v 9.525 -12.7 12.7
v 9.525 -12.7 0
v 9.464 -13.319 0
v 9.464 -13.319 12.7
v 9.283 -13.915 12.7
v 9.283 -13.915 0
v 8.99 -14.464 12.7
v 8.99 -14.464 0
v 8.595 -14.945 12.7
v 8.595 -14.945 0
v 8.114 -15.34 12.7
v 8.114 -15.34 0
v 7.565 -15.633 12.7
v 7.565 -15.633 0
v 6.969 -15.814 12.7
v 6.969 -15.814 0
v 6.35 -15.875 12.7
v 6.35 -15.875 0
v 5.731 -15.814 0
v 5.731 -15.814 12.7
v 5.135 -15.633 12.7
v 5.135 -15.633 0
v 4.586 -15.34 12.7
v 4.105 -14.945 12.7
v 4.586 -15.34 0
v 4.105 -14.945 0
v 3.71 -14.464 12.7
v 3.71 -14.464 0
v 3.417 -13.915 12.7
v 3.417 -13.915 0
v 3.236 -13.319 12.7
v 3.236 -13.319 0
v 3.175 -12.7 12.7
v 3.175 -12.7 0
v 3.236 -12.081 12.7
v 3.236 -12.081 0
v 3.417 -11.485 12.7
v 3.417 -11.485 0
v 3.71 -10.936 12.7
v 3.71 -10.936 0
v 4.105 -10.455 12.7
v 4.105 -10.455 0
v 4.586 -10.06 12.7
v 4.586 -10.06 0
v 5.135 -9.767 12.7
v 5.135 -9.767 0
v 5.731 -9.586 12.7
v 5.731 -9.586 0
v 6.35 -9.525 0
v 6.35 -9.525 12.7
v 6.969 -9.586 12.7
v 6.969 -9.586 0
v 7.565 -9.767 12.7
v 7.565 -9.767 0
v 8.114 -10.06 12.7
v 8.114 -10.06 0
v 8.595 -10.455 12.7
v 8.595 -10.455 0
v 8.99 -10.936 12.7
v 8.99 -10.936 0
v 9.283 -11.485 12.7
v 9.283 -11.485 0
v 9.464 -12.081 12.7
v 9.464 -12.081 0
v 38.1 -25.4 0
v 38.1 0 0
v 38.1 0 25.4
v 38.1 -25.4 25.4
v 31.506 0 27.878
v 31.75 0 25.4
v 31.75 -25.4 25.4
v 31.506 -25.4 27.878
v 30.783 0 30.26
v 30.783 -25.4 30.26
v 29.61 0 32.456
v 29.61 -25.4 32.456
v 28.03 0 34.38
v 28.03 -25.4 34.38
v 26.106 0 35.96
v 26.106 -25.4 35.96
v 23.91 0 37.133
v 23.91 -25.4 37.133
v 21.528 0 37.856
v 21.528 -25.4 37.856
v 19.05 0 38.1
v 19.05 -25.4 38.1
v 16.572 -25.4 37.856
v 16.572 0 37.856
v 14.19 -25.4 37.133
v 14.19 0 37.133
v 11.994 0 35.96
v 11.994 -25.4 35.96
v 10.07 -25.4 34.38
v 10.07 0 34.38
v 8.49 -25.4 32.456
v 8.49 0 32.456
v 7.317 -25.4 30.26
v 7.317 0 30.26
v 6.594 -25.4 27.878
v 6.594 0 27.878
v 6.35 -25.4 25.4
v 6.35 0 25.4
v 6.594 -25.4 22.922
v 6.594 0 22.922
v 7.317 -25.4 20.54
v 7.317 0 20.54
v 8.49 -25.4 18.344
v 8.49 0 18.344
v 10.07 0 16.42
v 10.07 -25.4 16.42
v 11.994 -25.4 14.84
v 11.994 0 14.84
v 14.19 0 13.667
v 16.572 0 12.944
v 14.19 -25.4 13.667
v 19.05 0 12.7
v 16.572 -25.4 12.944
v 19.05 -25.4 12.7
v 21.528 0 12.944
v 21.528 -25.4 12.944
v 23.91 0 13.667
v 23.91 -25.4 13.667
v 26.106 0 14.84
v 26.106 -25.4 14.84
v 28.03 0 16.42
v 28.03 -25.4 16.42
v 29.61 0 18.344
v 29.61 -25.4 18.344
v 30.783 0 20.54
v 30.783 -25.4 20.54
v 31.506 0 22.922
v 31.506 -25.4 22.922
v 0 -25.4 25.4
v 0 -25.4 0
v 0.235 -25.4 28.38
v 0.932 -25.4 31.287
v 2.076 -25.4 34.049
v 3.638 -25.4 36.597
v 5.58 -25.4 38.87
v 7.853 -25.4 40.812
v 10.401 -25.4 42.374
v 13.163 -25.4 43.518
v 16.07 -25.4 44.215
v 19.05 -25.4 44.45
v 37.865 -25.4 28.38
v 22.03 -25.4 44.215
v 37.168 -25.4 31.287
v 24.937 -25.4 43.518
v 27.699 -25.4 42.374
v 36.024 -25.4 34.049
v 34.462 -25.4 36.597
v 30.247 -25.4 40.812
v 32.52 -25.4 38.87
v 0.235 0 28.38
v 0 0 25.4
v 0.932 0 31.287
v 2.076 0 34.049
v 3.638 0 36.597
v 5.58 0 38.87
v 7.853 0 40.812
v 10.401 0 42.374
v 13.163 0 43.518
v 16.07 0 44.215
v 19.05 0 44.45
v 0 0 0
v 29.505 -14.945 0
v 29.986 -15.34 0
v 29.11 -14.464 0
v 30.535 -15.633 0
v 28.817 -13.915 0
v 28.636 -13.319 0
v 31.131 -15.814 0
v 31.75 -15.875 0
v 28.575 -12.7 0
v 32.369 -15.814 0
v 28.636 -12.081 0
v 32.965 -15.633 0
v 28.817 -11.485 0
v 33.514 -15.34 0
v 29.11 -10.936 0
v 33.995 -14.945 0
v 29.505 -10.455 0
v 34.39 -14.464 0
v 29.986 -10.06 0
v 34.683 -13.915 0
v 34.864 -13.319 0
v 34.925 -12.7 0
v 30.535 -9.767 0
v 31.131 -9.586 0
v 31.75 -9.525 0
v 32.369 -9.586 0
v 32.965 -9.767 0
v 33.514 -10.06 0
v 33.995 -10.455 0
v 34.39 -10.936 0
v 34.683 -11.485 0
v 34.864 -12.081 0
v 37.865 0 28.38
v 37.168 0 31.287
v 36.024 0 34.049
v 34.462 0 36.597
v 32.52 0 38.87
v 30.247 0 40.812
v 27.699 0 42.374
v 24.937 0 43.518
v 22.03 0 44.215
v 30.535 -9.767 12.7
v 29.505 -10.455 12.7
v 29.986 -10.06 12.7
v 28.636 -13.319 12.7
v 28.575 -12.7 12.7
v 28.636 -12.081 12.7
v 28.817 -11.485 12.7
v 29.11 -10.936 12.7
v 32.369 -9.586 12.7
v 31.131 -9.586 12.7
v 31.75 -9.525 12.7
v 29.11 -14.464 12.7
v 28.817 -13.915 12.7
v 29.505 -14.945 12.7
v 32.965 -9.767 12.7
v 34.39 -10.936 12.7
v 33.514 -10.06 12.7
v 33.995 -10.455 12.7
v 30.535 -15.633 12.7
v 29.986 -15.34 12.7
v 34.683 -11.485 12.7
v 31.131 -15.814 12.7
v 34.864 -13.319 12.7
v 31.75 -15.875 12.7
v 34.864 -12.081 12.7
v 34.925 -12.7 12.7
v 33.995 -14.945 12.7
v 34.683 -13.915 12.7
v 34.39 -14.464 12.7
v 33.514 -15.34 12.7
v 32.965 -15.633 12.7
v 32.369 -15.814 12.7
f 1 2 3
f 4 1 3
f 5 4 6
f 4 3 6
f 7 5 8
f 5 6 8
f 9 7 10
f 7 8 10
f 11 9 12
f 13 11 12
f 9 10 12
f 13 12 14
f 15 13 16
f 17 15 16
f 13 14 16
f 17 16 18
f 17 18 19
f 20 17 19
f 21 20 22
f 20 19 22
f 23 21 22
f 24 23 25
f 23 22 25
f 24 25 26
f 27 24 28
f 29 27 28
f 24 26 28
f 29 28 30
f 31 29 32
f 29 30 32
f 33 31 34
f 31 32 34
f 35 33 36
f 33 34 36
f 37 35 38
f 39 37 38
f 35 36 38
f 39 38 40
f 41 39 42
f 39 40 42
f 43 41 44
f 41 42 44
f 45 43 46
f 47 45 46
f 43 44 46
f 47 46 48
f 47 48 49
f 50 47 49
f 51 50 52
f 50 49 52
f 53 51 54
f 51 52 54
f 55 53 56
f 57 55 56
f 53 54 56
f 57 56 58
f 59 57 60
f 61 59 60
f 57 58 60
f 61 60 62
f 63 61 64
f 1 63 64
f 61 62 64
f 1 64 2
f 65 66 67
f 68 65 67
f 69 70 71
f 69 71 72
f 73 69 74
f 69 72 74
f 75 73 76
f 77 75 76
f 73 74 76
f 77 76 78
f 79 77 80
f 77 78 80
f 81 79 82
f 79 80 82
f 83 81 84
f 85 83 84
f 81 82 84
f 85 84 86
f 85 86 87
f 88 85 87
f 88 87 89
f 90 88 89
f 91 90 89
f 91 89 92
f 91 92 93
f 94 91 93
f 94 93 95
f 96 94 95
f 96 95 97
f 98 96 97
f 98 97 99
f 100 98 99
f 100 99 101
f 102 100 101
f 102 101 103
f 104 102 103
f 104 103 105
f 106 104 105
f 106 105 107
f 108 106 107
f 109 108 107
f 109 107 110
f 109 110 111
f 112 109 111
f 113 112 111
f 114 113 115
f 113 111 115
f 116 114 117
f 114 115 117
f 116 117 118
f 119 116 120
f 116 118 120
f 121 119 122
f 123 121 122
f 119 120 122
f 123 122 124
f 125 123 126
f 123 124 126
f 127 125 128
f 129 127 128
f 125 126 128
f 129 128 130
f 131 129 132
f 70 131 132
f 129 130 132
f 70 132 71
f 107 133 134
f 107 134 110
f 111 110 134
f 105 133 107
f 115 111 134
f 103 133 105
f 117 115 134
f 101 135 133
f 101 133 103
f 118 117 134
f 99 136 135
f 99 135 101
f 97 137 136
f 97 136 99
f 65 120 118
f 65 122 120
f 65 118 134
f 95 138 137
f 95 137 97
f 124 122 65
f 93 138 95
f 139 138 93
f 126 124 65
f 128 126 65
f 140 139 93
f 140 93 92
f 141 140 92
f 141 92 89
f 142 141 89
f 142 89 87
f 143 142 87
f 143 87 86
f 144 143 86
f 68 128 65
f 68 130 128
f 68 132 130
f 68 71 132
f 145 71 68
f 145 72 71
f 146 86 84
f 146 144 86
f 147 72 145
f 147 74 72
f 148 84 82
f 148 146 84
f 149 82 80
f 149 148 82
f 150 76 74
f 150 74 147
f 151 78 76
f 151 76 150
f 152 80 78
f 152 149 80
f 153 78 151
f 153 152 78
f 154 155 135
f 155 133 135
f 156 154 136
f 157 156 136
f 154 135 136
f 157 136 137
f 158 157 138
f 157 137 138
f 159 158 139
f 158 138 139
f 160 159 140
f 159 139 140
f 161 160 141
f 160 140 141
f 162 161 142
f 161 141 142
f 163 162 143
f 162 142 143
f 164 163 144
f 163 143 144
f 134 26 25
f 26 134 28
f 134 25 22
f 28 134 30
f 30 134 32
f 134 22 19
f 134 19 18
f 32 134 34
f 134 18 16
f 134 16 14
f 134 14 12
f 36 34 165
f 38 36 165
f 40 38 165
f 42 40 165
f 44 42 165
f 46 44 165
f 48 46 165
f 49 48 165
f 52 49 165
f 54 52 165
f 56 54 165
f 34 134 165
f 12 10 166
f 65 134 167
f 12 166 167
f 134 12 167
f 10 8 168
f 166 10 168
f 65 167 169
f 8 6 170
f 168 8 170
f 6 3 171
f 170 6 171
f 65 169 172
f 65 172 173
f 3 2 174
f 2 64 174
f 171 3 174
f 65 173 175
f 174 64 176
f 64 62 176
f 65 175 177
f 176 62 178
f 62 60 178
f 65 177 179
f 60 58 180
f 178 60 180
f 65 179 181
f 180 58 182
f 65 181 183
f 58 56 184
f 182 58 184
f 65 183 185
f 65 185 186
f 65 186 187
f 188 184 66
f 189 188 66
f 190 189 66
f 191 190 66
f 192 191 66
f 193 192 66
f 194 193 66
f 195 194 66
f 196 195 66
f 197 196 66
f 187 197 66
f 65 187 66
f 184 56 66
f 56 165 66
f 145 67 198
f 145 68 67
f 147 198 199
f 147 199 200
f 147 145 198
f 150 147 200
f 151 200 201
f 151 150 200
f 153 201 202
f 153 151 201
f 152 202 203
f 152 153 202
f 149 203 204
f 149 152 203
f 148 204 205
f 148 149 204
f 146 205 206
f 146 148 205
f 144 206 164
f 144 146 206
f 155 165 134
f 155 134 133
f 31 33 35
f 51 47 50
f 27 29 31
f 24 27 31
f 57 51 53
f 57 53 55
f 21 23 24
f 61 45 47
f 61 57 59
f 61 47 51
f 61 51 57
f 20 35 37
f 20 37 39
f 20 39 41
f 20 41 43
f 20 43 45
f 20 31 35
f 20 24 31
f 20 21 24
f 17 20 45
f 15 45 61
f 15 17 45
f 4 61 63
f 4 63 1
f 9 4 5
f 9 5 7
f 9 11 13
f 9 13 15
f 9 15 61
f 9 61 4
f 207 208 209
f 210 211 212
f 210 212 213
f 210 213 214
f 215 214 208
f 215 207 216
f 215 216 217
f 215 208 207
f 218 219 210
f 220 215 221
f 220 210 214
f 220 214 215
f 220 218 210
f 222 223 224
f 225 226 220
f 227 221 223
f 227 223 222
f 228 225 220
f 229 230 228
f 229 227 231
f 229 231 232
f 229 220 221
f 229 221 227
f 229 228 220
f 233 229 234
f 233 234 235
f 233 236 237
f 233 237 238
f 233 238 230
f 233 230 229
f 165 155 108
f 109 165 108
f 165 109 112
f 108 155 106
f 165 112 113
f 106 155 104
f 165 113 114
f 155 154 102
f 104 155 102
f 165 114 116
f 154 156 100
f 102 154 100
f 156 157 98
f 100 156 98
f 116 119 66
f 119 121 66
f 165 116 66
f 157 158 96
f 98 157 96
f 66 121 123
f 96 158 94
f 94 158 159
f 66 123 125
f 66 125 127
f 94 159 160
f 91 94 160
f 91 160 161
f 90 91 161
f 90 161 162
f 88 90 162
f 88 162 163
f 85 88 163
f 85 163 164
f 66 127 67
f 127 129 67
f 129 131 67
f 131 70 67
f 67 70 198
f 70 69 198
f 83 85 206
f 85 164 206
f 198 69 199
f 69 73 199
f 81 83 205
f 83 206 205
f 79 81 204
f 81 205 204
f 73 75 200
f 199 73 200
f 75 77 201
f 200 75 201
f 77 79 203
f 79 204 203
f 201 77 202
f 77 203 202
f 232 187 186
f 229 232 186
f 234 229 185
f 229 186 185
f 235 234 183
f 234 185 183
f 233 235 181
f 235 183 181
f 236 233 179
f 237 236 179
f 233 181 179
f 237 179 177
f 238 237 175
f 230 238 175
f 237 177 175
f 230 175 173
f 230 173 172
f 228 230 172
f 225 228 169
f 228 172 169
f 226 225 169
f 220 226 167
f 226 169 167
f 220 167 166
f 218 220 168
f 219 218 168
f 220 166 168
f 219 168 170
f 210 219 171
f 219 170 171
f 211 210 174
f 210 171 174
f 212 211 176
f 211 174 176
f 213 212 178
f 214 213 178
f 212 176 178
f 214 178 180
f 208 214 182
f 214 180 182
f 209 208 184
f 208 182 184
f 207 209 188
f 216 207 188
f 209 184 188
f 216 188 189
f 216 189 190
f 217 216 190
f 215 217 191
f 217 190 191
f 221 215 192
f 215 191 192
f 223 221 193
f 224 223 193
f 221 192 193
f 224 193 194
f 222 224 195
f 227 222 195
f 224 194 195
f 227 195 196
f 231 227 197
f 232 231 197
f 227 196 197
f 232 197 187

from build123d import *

# Parameters (mm, degrees)
F0_W     = 38.1
F0_H     = 44.45
F1_DEPTH = 25.4
F2_R     = 19.04999
F3_R     = 12.7
F4_DEPTH = 25.401
F5_R     = 3.175
F6_DEPTH = 12.7


# Not quite as in the source:
# - a fillet or chamfer is up to 0.001 mm smaller than in the source, because OpenCascade refuses the exact size


with BuildPart() as f1:
    # F0 (on Front) → F1 (new body)
    with BuildSketch(Plane.XZ):
        with Locations((19.05, 22.225)):
            Rectangle(F0_W, F0_H)
    extrude(amount=F1_DEPTH)

    # F2 (radius 19.05 in the source; OpenCascade refuses exactly that, so slightly less here)
    f2_edges = [f1.edges().sort_by_distance(p)[0] for p in [
        (0, -12.7, 44.45),
        (38.1, -12.7, 44.45),
    ]]
    fillet(f2_edges, radius=F2_R)

    # F3 (on face) → F4 (cut, through all)
    with BuildSketch(Plane.XZ.offset(25.4)):
        with Locations((19.05, 25.4)):
            Circle(F3_R)
    extrude(amount=-F4_DEPTH, mode=Mode.SUBTRACT)

    # F5 (on face) → F6 (cut)
    with BuildSketch(Plane(origin=(0, 0, 0), x_dir=(1, 0, 0), z_dir=(0, 0, -1))):
        with Locations((6.35, 12.7)):
            Circle(F5_R)
        with Locations((31.75, 12.7)):
            Circle(F5_R)
    extrude(amount=-F6_DEPTH, mode=Mode.SUBTRACT)


solid = f1.part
============================================================
#### What is needed:
All lines above from the one containing "f 237 177 175" to the one containing "f 232 197 187" must be repeated exactly, both lines included, and no others.

#### Output for this exercise:
f 237 177 175
f 230 175 173
f 230 173 172
f 228 230 172
f 225 228 169
f 228 172 169
f 226 225 169
f 220 226 167
f 226 169 167
f 220 167 166
f 218 220 168
f 219 218 168
f 220 166 168
f 219 168 170
f 210 219 171
f 219 170 171
f 211 210 174
f 210 171 174
f 212 211 176
f 211 174 176
f 213 212 178
f 214 213 178
f 212 176 178
f 214 178 180
f 208 214 182
f 214 180 182
f 209 208 184
f 208 182 184
f 207 209 188
f 216 207 188
f 209 184 188
f 216 188 189
f 216 189 190
f 217 216 190
f 215 217 191
f 217 190 191
f 221 215 192
f 215 191 192
f 223 221 193
f 224 223 193
f 221 192 193
f 224 193 194
f 222 224 195
f 227 222 195
f 224 194 195
f 227 195 196
f 231 227 197
f 232 231 197
f 227 196 197
f 232 197 187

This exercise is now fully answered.